Treatment of "an acute ACL injury should start with structured rehabilitation rather than early ACL reconstruction," Richard Frobell of Lund University in Sweden, whose study appears in the New England Journal of Medicine, said in an e-mail.

The team looked at 121 people aged 18 to 35, none of them professional athletes. About half received surgery. The others were given rehabilitation in hopes of delaying the operation. Twenty-three of the 59 patients in the rehabilitation group eventually ended up having the operation anyway.

After two years, people assigned to the surgery group were not doing better than those who got physical therapy as a first option. The assessment was based on various measures of pain, symptoms, and the ability to function.

"Surgical reconstruction was avoided in 61 percent of the subjects without compromising the results," the Frobell team concluded.

Dr. Bruce Levy of the Mayo Clinic in Rochester, Minn., who wrote a commentary on the study, said the findings support what doctors already do.

"It confirms what we have always intuitively thought and known, and that is that not all patients need their ACLs reconstructed, and that the decision to perform an ACL reconstruction really needs to be individually tailored," Levy said in a statement.

He cautioned that longer-term evaluations have shown that delayed ACL reconstruction in some people poses a risk of damaging other parts of the knee.

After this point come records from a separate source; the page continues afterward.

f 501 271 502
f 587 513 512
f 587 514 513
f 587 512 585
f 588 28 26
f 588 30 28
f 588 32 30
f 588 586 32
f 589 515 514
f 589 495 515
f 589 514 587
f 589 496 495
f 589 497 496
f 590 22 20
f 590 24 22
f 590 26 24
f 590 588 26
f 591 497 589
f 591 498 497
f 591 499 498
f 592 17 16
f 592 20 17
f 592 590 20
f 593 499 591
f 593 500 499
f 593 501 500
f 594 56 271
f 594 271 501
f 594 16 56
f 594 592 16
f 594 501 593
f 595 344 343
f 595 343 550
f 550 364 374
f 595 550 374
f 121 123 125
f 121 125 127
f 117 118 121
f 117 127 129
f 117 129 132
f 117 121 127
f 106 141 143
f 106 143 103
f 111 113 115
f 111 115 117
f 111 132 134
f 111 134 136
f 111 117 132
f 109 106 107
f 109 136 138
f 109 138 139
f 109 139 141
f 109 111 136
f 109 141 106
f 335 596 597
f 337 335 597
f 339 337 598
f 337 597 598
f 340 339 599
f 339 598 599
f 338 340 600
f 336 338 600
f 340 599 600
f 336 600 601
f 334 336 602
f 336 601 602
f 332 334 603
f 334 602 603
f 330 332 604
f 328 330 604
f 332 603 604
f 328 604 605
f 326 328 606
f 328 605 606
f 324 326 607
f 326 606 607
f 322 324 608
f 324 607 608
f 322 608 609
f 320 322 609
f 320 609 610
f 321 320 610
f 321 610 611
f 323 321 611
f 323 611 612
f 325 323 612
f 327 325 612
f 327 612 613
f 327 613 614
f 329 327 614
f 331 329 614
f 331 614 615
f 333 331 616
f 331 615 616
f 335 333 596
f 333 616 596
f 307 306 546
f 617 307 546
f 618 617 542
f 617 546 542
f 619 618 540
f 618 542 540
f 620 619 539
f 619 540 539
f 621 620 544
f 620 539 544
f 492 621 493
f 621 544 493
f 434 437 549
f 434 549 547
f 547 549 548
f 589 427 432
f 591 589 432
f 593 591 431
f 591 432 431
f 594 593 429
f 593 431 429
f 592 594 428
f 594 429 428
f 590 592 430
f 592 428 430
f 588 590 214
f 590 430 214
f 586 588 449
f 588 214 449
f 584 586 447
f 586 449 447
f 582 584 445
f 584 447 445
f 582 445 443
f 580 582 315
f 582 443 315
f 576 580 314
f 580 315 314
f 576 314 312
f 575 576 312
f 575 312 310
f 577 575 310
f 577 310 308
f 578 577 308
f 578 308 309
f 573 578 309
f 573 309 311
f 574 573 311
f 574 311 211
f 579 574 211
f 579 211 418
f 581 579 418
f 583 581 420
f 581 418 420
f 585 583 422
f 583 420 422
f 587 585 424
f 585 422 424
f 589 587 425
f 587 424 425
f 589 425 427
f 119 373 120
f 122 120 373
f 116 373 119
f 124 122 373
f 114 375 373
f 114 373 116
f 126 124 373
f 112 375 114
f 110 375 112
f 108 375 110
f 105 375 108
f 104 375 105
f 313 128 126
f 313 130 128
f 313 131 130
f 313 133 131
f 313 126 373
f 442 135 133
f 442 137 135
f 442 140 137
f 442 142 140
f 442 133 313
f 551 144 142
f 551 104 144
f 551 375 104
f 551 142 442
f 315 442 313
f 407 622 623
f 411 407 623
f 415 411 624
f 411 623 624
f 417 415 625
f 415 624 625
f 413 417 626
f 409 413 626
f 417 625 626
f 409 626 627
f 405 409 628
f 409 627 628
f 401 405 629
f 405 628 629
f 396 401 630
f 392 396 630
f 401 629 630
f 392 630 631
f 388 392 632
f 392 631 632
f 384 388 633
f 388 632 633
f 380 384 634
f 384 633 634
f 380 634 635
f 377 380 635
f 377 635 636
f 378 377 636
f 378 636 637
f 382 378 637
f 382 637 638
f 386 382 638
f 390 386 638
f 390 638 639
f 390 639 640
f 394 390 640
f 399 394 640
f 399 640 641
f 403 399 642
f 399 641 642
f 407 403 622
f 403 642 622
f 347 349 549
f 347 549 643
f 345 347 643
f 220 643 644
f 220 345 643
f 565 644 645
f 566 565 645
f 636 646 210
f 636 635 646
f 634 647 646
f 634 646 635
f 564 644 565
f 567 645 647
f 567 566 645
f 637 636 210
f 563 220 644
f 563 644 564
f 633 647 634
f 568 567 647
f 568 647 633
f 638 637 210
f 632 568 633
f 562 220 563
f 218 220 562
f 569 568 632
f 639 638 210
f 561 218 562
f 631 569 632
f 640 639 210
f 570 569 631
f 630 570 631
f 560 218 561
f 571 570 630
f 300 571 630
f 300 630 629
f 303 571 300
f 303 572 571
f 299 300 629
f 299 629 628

"There's solid evidence that people who have ACL tears and do not have reconstruction, if they go on to have frequent giving-way or instability episodes, they are at an increased risk of doing damage," he said in a telephone interview.

Frobell said the risk cited by Levy is based on doctors observing what happens to patients who have not had surgery, but there may not be a direct cause and effect.

In his commentary, Levy said the new research "confirms that some patients who are not elite athletes can function with an ACL-deficient knee."

But he said it was hard to predict which patients will need surgery, and said longer-term data are needed.